Work required >> Your answer should consist of every line from the records that holds the string "extrude".

Saved data entries:
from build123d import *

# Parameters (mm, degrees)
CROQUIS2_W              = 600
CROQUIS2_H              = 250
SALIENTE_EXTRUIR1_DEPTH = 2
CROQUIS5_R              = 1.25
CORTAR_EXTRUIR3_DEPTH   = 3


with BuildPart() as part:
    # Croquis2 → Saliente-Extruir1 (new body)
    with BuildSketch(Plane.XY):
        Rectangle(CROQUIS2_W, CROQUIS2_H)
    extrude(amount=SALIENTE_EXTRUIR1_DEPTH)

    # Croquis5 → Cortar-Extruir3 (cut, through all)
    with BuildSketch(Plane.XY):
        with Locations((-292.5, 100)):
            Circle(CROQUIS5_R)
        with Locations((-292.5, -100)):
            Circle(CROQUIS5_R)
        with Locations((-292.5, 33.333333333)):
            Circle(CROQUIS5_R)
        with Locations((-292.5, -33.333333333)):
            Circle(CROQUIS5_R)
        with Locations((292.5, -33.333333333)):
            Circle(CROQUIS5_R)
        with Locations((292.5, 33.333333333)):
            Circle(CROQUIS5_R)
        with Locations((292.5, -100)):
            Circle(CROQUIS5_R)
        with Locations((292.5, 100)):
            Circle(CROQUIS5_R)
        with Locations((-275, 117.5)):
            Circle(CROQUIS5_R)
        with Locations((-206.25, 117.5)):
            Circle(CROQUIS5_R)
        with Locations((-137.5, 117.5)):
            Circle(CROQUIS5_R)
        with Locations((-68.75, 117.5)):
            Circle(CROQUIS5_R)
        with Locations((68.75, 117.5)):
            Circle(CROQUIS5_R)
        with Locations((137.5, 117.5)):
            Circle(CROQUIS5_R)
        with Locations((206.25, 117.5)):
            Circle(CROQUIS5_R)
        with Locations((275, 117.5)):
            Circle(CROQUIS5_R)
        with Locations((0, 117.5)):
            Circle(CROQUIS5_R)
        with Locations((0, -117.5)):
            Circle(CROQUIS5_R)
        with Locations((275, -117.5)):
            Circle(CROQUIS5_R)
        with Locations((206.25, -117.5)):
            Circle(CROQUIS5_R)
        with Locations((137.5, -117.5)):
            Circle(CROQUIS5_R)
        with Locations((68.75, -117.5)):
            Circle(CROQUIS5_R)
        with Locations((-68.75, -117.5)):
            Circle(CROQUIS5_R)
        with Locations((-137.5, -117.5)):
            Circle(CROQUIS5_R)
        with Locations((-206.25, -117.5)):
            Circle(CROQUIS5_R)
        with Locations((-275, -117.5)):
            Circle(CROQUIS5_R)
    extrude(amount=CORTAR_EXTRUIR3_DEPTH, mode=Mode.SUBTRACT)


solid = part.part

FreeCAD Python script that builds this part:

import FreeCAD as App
import Part
import Sketcher
from FreeCAD import Vector

doc = App.newDocument("Part")
body = doc.addObject("PartDesign::Body", "Body")

# Sketch on XY plane
sketch1 = doc.addObject("Sketcher::SketchObject", "Sketch")
body.addObject(sketch1)
sketch1.AttachmentSupport = (doc.XY_Plane, [""])
sketch1.MapMode = "FlatFace"
sketch1.addGeometry([
    Part.LineSegment(Vector(-300, 125, 0), Vector(-300, -125, 0)),
    Part.LineSegment(Vector(-300, -125, 0), Vector(300, -125, 0)),
    Part.LineSegment(Vector(300, -125, 0), Vector(300, 125, 0)),
    Part.LineSegment(Vector(300, 125, 0), Vector(-300, 125, 0)),
], False)
sketch1.addConstraint([
    Sketcher.Constraint("Coincident", 0, 2, 1, 1),
    Sketcher.Constraint("Coincident", 1, 2, 2, 1),
    Sketcher.Constraint("Coincident", 2, 2, 3, 1),
    Sketcher.Constraint("Coincident", 3, 2, 0, 1),
    Sketcher.Constraint("Vertical", 0),
    Sketcher.Constraint("Horizontal", 1),
    Sketcher.Constraint("Vertical", 2),
    Sketcher.Constraint("Horizontal", 3),
    Sketcher.Constraint("Symmetric", 0, 2, 2, 2, -1, 1),
    Sketcher.Constraint("DistanceX", 1, 1, 1, 2, 600.0),
    Sketcher.Constraint("DistanceY", 0, 2, 0, 1, 250.0),
])
pad1 = doc.addObject("PartDesign::Pad", "Pad")
body.addObject(pad1)
pad1.Profile = sketch1
pad1.Length = 2

# Sketch on XY plane
sketch2 = doc.addObject("Sketcher::SketchObject", "Sketch001")
body.addObject(sketch2)
sketch2.AttachmentSupport = (doc.XY_Plane, [""])
sketch2.MapMode = "FlatFace"
sketch2.addGeometry([
    Part.Circle(Vector(-292.5, 100, 0), Vector(0, 0, 1), 1.25),  # 0
    Part.Circle(Vector(-292.5, -100, 0), Vector(0, 0, 1), 1.25),  # 1
    Part.Circle(Vector(-292.5, 33.333333, 0), Vector(0, 0, 1), 1.25),  # 2
    Part.Circle(Vector(-292.5, -33.333333, 0), Vector(0, 0, 1), 1.25),  # 3
    Part.Circle(Vector(292.5, -33.333333, 0), Vector(0, 0, 1), 1.25),  # 4
    Part.Circle(Vector(292.5, 33.333333, 0), Vector(0, 0, 1), 1.25),  # 5
    Part.Circle(Vector(292.5, -100, 0), Vector(0, 0, 1), 1.25),  # 6
    Part.Circle(Vector(292.5, 100, 0), Vector(0, 0, 1), 1.25),  # 7
    Part.Circle(Vector(-275, 117.5, 0), Vector(0, 0, 1), 1.25),  # 8
    Part.Circle(Vector(-206.25, 117.5, 0), Vector(0, 0, 1), 1.25),  # 9
    Part.Circle(Vector(-137.5, 117.5, 0), Vector(0, 0, 1), 1.25),  # 10
    Part.Circle(Vector(-68.75, 117.5, 0), Vector(0, 0, 1), 1.25),  # 11
    Part.Circle(Vector(68.75, 117.5, 0), Vector(0, 0, 1), 1.25),  # 12
    Part.Circle(Vector(137.5, 117.5, 0), Vector(0, 0, 1), 1.25),  # 13
    Part.Circle(Vector(206.25, 117.5, 0), Vector(0, 0, 1), 1.25),  # 14
    Part.Circle(Vector(275, 117.5, 0), Vector(0, 0, 1), 1.25),  # 15
    Part.Circle(Vector(0, 117.5, 0), Vector(0, 0, 1), 1.25),  # 16
    Part.Circle(Vector(0, -117.5, 0), Vector(0, 0, 1), 1.25),  # 17
    Part.Circle(Vector(275, -117.5, 0), Vector(0, 0, 1), 1.25),  # 18
    Part.Circle(Vector(206.25, -117.5, 0), Vector(0, 0, 1), 1.25),  # 19
    Part.Circle(Vector(137.5, -117.5, 0), Vector(0, 0, 1), 1.25),  # 20
    Part.Circle(Vector(68.75, -117.5, 0), Vector(0, 0, 1), 1.25),  # 21
    Part.Circle(Vector(-68.75, -117.5, 0), Vector(0, 0, 1), 1.25),  # 22
    Part.Circle(Vector(-137.5, -117.5, 0), Vector(0, 0, 1), 1.25),  # 23
    Part.Circle(Vector(-206.25, -117.5, 0), Vector(0, 0, 1), 1.25),  # 24
    Part.Circle(Vector(-275, -117.5, 0), Vector(0, 0, 1), 1.25),  # 25
], False)
sketch2.addConstraint([
    Sketcher.Constraint("Equal", 0, 1),
    Sketcher.Constraint("Equal", 1, 2),
    Sketcher.Constraint("Equal", 2, 3),
    Sketcher.Constraint("Equal", 3, 4),
    Sketcher.Constraint("Equal", 4, 5),
    Sketcher.Constraint("Equal", 5, 6),
    Sketcher.Constraint("Equal", 6, 7),
    Sketcher.Constraint("Equal", 7, 8),
    Sketcher.Constraint("Equal", 8, 9),
    Sketcher.Constraint("Equal", 9, 10),
    Sketcher.Constraint("Equal", 10, 11),
    Sketcher.Constraint("Equal", 11, 12),
    Sketcher.Constraint("Equal", 12, 13),
    Sketcher.Constraint("Equal", 13, 14),
    Sketcher.Constraint("Equal", 14, 15),
    Sketcher.Constraint("Equal", 15, 16),
    Sketcher.Constraint("Equal", 16, 17),
    Sketcher.Constraint("Equal", 17, 18),
    Sketcher.Constraint("Equal", 18, 19),
    Sketcher.Constraint("Equal", 19, 20),
    Sketcher.Constraint("Equal", 20, 21),
    Sketcher.Constraint("Equal", 21, 22),
    Sketcher.Constraint("Equal", 22, 23),
    Sketcher.Constraint("Equal", 23, 24),
    Sketcher.Constraint("Equal", 24, 25),
    Sketcher.Constraint("Symmetric", 2, 3, 4, 3, -1, 1),
    Sketcher.Constraint("Symmetric", 3, 3, 5, 3, -1, 1),
    Sketcher.Constraint("Symmetric", 0, 3, 6, 3, -1, 1),
    Sketcher.Constraint("Symmetric", 1, 3, 7, 3, -1, 1),
    Sketcher.Constraint("Symmetric", 16, 3, 17, 3, -1, 1),
    Sketcher.Constraint("Symmetric", 8, 3, 18, 3, -1, 1),
    Sketcher.Constraint("Symmetric", 9, 3, 19, 3, -1, 1),
    Sketcher.Constraint("Symmetric", 10, 3, 20, 3, -1, 1),
    Sketcher.Constraint("Symmetric", 11, 3, 21, 3, -1, 1),
    Sketcher.Constraint("Symmetric", 12, 3, 22, 3, -1, 1),
    Sketcher.Constraint("Symmetric", 13, 3, 23, 3, -1, 1),
    Sketcher.Constraint("Symmetric", 14, 3, 24, 3, -1, 1),
    Sketcher.Constraint("Symmetric", 15, 3, 25, 3, -1, 1),
    Sketcher.Constraint("Symmetric", 3, 3, 4, 3, -2),
    Sketcher.Constraint("Symmetric", 1, 3, 6, 3, -2),
    Sketcher.Constraint("Symmetric", 11, 3, 12, 3, -2),
    Sketcher.Constraint("Symmetric", 10, 3, 13, 3, -2),
    Sketcher.Constraint("Symmetric", 9, 3, 14, 3, -2),
    Sketcher.Constraint("Symmetric", 8, 3, 15, 3, -2),
    Sketcher.Constraint("PointOnObject", 16, 3, -2),
    Sketcher.Constraint("Horizontal", 8, 3, 9, 3),
    Sketcher.Constraint("Horizontal", 9, 3, 10, 3),
    Sketcher.Constraint("Horizontal", 10, 3, 11, 3),
    Sketcher.Constraint("Horizontal", 15, 3, 16, 3),
    Sketcher.Constraint("Vertical", 1, 3, 2, 3),
    Sketcher.Constraint("Diameter", 0, 2.5),
    Sketcher.Constraint("DistanceY", -1, 1, 0, 3, 100.0),
    Sketcher.Constraint("DistanceX", 8, 3, -1, 1, 275.0),
    Sketcher.Constraint("DistanceX", 3, 3, 4, 3, 585.0),
    Sketcher.Constraint("DistanceX", 0, 3, 10, 3, 155.0),
    Sketcher.Constraint("DistanceY", 17, 3, 16, 3, 235.0),
    Sketcher.Constraint("DistanceX", 9, 3, 11, 3, 137.5),
    Sketcher.Constraint("DistanceX", 11, 3, 12, 3, 137.5),
    Sketcher.Constraint("DistanceY", -1, 1, 2, 3, 33.333333),
])
pocket1 = doc.addObject("PartDesign::Pocket", "Pocket")
body.addObject(pocket1)
pocket1.Profile = sketch2
pocket1.Type = "ThroughAll"
pocket1.Reversed = True

doc.recompute()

Task answer >>
    extrude(amount=SALIENTE_EXTRUIR1_DEPTH)
    extrude(amount=CORTAR_EXTRUIR3_DEPTH, mode=Mode.SUBTRACT)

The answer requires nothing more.